I grew up liking guns, but I was never fascinated by them.  I knew what they were.  I knew what they do.  Guns were as normal as anything else in the house.  I was actually astonished to find out, in my preteen years, that one of my friends actually thought that guns were dangerous.  Up until that time, I just figured everyone knew how to handle guns.  After all, the little town I grew up in had enough guns and ammo to get a small military going.

Now, I'm a dad, with two beautiful children of my own; a boy and a girl.  Will they grow up in a house where guns are locked away and never to be seen?  Absolutely not!  Of course, the guns are locked up when not in use, but that's more for theft prevention than anything else.  If you make a gun something they are not allowed to see, they will find a way to see it.  They will figure out the safe combination or find the key.  If the kid hasn't had any training, then what?

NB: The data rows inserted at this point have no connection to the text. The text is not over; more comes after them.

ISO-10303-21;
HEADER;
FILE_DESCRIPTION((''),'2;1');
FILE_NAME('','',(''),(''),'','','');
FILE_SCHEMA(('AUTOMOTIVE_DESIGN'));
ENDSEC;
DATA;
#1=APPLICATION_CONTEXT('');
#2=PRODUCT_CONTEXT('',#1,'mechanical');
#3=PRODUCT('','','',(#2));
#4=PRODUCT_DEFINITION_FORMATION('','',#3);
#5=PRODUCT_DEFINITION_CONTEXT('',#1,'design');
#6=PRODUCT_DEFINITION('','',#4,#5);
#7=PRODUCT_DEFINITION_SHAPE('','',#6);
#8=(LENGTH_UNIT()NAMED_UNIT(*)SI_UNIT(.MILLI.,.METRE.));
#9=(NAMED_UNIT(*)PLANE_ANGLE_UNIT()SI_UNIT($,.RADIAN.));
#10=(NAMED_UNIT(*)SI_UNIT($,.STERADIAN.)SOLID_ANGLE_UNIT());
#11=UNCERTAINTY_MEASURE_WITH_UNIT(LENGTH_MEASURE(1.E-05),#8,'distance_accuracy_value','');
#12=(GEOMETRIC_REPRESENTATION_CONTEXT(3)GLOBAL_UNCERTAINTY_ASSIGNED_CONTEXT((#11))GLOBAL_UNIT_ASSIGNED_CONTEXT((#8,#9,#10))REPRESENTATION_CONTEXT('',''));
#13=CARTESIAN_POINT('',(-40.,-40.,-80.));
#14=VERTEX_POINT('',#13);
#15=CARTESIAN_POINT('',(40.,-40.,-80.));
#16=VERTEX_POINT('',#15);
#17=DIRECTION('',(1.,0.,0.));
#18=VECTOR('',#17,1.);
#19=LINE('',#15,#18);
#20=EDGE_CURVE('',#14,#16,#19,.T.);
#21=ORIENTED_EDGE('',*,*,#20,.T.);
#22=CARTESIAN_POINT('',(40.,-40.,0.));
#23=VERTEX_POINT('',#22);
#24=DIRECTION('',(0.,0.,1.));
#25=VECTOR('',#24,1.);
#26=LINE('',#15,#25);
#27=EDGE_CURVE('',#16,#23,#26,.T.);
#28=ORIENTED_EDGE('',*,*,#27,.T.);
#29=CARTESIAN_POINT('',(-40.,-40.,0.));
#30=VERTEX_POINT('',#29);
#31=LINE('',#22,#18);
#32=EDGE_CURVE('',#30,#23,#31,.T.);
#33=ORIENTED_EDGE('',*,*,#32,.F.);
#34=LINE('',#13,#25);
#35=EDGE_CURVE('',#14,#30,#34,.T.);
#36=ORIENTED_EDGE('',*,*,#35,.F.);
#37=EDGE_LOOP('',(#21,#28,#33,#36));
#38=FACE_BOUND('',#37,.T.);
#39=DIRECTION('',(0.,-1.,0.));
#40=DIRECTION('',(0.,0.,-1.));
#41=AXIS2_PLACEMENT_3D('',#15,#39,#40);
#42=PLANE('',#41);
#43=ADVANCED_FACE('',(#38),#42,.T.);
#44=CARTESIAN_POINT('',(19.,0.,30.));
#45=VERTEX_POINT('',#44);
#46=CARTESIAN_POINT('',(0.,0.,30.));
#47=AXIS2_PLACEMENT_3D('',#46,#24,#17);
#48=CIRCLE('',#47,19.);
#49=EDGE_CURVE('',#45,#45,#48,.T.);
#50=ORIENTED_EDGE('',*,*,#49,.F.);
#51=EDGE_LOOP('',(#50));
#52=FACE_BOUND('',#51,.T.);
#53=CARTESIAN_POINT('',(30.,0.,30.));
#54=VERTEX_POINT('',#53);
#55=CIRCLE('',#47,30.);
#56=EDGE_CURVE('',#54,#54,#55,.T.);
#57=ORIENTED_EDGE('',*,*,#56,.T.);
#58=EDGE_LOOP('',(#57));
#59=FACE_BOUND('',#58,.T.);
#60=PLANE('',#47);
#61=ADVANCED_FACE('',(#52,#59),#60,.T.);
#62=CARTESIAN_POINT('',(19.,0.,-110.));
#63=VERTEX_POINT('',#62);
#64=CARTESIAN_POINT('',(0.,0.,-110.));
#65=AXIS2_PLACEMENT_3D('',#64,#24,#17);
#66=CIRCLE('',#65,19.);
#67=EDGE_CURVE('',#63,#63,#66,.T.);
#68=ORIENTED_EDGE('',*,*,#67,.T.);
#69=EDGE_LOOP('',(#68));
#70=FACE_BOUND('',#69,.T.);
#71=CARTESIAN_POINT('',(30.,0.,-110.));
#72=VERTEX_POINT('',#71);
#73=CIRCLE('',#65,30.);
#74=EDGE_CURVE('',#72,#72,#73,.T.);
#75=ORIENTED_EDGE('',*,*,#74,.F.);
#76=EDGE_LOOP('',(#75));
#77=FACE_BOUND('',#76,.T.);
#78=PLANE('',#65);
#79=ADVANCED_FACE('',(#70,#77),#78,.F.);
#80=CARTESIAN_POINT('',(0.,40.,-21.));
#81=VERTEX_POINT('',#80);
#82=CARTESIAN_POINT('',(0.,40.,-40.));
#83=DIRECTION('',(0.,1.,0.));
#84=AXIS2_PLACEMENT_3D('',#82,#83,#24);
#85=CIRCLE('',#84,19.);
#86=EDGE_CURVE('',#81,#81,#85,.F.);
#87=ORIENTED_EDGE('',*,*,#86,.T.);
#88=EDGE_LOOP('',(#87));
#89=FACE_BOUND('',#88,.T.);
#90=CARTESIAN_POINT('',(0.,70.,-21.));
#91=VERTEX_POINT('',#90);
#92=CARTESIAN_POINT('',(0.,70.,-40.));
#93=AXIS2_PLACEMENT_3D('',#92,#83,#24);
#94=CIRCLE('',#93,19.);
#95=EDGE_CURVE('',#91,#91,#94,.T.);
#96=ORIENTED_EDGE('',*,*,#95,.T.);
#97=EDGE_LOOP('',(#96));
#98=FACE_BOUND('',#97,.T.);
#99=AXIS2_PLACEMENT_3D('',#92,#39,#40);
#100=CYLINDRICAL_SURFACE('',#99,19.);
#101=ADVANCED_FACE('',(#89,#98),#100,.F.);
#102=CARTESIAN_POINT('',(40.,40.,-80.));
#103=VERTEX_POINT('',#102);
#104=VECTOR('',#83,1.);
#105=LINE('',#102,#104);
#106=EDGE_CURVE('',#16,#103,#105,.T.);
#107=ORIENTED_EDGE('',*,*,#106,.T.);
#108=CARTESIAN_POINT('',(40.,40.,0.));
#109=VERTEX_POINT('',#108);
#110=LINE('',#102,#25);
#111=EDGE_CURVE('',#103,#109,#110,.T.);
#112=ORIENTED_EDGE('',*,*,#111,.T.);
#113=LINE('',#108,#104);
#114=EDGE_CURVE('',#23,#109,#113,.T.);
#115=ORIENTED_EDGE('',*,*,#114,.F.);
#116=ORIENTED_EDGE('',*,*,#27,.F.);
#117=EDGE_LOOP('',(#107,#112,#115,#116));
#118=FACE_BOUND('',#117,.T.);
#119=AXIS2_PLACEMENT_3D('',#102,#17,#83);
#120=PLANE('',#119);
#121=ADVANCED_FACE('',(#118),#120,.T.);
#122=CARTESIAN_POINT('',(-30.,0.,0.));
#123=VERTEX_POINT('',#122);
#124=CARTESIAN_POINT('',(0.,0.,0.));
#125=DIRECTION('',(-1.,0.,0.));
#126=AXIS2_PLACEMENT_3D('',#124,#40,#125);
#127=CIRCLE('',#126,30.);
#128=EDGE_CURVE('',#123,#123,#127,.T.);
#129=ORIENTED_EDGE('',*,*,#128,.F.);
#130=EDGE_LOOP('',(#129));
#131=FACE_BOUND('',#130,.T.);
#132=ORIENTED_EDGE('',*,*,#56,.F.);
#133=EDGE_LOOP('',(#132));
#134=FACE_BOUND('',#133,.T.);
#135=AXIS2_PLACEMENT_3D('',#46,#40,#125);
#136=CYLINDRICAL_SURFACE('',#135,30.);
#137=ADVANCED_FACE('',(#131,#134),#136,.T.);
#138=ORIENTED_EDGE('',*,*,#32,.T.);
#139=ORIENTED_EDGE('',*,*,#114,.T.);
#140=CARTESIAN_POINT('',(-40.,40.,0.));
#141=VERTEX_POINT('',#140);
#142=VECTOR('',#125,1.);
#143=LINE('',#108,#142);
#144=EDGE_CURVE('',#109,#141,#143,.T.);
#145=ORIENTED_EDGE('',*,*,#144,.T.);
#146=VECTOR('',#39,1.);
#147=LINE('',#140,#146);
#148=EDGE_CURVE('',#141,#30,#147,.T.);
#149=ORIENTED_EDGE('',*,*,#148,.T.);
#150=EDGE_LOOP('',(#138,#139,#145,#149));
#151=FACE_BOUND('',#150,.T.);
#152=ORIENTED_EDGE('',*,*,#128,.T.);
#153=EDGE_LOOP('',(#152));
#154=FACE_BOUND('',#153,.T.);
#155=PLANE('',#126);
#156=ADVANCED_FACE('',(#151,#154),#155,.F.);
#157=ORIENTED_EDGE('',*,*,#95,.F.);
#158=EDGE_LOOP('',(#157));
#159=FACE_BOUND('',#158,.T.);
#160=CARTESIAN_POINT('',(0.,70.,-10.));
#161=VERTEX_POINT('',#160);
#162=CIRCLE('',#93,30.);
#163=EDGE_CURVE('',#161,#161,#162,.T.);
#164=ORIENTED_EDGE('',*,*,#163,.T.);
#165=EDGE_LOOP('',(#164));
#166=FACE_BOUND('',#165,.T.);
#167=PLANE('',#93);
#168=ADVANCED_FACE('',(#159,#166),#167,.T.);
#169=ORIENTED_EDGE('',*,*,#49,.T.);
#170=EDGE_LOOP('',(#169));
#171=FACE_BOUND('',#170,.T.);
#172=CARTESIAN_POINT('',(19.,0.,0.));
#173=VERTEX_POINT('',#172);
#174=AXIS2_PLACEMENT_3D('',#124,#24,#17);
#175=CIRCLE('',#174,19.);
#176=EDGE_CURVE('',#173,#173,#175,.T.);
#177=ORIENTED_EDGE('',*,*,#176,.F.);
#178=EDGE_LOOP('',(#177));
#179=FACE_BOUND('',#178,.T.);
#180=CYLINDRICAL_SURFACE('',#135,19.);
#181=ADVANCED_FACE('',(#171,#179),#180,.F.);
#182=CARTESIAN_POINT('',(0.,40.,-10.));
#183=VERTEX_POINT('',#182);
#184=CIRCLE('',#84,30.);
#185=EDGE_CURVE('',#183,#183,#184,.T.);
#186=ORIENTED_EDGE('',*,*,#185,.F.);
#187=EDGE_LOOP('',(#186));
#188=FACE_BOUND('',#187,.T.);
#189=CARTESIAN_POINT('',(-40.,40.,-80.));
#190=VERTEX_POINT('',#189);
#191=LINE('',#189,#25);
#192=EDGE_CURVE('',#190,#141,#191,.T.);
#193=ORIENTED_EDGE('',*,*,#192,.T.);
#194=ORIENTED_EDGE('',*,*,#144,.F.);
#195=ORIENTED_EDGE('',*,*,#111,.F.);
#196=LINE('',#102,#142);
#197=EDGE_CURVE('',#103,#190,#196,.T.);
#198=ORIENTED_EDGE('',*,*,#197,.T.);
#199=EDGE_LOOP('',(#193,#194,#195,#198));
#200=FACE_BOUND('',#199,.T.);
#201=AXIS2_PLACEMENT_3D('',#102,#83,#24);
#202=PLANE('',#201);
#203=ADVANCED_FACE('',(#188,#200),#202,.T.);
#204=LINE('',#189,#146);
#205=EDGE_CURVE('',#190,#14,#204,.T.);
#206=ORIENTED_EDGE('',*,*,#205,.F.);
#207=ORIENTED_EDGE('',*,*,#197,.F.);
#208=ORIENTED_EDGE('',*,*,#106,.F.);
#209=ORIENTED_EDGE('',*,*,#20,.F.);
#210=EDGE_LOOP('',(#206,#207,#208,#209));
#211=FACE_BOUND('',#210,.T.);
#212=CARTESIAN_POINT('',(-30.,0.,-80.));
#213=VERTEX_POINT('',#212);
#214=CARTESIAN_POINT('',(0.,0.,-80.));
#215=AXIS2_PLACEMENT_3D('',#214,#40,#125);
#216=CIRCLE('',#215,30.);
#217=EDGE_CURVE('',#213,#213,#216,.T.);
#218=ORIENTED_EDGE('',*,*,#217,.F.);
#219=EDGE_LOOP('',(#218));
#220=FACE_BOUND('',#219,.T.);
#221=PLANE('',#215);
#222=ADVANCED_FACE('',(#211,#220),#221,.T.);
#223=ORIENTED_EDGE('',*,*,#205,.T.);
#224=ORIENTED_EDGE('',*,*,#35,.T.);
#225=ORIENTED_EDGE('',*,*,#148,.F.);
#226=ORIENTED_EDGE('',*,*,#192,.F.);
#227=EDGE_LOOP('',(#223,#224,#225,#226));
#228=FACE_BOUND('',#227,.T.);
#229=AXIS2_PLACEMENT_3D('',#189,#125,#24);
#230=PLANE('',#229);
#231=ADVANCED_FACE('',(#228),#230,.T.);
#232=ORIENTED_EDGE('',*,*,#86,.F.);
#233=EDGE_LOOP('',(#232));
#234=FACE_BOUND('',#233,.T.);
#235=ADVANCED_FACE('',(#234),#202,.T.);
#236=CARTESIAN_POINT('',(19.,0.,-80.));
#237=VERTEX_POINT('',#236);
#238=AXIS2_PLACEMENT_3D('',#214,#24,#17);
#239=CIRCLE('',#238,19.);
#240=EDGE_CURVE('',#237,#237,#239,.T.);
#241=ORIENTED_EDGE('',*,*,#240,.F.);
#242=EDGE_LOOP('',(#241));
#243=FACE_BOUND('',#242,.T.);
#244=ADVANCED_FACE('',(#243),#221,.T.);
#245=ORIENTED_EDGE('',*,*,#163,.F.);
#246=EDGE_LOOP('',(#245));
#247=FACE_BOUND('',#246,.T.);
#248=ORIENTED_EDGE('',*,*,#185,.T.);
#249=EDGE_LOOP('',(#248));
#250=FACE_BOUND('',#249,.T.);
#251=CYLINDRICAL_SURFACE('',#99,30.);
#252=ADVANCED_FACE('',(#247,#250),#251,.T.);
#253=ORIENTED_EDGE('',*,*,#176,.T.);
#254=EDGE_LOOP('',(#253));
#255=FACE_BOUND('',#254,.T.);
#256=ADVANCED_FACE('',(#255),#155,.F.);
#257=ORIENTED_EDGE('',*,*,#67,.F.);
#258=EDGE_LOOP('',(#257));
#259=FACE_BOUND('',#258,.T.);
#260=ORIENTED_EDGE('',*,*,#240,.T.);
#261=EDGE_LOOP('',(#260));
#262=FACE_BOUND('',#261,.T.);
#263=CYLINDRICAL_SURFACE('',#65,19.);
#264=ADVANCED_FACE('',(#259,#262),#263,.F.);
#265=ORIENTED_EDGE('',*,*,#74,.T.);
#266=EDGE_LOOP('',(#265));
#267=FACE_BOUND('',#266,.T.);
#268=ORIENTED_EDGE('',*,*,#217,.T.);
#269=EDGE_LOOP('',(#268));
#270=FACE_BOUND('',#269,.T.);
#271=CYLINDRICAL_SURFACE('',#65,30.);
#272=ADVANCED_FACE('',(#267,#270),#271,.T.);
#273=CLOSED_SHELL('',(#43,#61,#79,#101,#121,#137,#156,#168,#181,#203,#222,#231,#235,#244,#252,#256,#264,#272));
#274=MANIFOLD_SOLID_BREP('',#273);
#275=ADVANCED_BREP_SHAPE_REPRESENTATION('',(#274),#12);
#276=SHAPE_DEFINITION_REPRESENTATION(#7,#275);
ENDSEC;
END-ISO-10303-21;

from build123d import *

# Parameters (mm, degrees)
CROQUIS1_R              = 30
CROQUIS1_R_2            = 19
SALIENTE_EXTRUIR1_DEPTH = 30
CROQUIS2_W              = 80
CROQUIS2_H              = 80
SALIENTE_EXTRUIR2_DEPTH = 80
CROQUIS4_R              = 30
CROQUIS4_R_2            = 19
SALIENTE_EXTRUIR4_DEPTH = 30
SALIENTE_EXTRUIR6_START = -30
CROQUIS6_R              = 30
CROQUIS6_R_2            = 19
SALIENTE_EXTRUIR6_DEPTH = 30


with BuildPart() as part:
    # Croquis1 → Saliente-Extruir1 (new body)
    with BuildSketch(Plane.XY):
        Circle(CROQUIS1_R)
        Circle(CROQUIS1_R_2, mode=Mode.SUBTRACT)
    extrude(amount=SALIENTE_EXTRUIR1_DEPTH)

    # Croquis2 → Saliente-Extruir2 (add)
    with BuildSketch(Plane.XY):
        Rectangle(CROQUIS2_W, CROQUIS2_H)
    extrude(amount=-SALIENTE_EXTRUIR2_DEPTH)

    # Croquis4 → Saliente-Extruir4 (add)
    with BuildSketch(Plane(origin=(0, 40, 0), x_dir=(1, 0, 0), z_dir=(0, 1, 0))):
        with Locations(Location((0, 40, 0), (0, 0, 270))):
            Circle(CROQUIS4_R)
        with Locations(Location((0, 40, 0), (0, 0, 270))):
            Circle(CROQUIS4_R_2, mode=Mode.SUBTRACT)
    extrude(amount=SALIENTE_EXTRUIR4_DEPTH)

    # Croquis6 → Saliente-Extruir6 (add)
    with BuildSketch(Plane.XY.offset(-80).offset(SALIENTE_EXTRUIR6_START)):
        with Locations(Location((0, 0, 0), (0, 0, 180))):
            Circle(CROQUIS6_R)
        Circle(CROQUIS6_R_2, mode=Mode.SUBTRACT)
    extrude(amount=SALIENTE_EXTRUIR6_DEPTH)


solid = part.part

As a concealed pistol license holder, I carry a gun on a daily basis.  It is just another part of my attire that I put on with my pants and belt.  Thread the belt through the holster, and slide a handgun into it.  My two year old son sees me do this all the time.  Yes, indeed, I take my loaded gun out of the GunVault when he is in the room, and holster that loaded weapon, all the while he is watching what I'm doing.  To him, it is just normal behavior.  Is my gun going to go off because it is loaded?  NO!  You wanna know why?  Because I'm an experienced gun handler and I use safe (also known as proper) gun handling when I remove it from the safe and put it in my holster.  My son seems no more fascinated about my guns than he does the kitchen faucet.  At this point, he knows it is not a toy for him to play with. 

My son and daughter will both be fully immersed in the gun culture while they are living under my roof.  This doesn't mean that I am going to force them to take an interest in guns.  If they don't care about guns, then they don't care about guns.  There's nothing you can do about that.  What you can do is ensure that they know what to do with a gun, should they come into contact with it.  A mindset for gun safety translates into many other things.  The mindset easily crosses over to driver safety, knife safety, fire safety, etc.  Living the gun culture will help them in their lives in many more ways than just how to be safe with a gun.

Of course, all these rules and requirements are for not if the house is insane.  Our house is to be a house of order and values - good values.  I will teach hard work and real consequences for their actions, good and bad.  After all, if being a parent means raising my child to be an upstanding citizen and contributor to society, I'm going to instill the values of a good contributor.  That means teaching my children about the lies that the protectionist gun grabbers perpetrate.  That means teaching the sheepdog effect of concealed carry and being a well-armed citizen.  That means teaching about the founding fathers and the Constitution.  That means teaching "leave no trace" when dealing with the outdoors and being a good steward of the land.  That means teaching the value of hard work and income.  If you can't get your house in order, you should not own a gun.  But if you can get your house into order, teach your kids, train them right, and make them children that other parents compliment, then the gun culture is for you.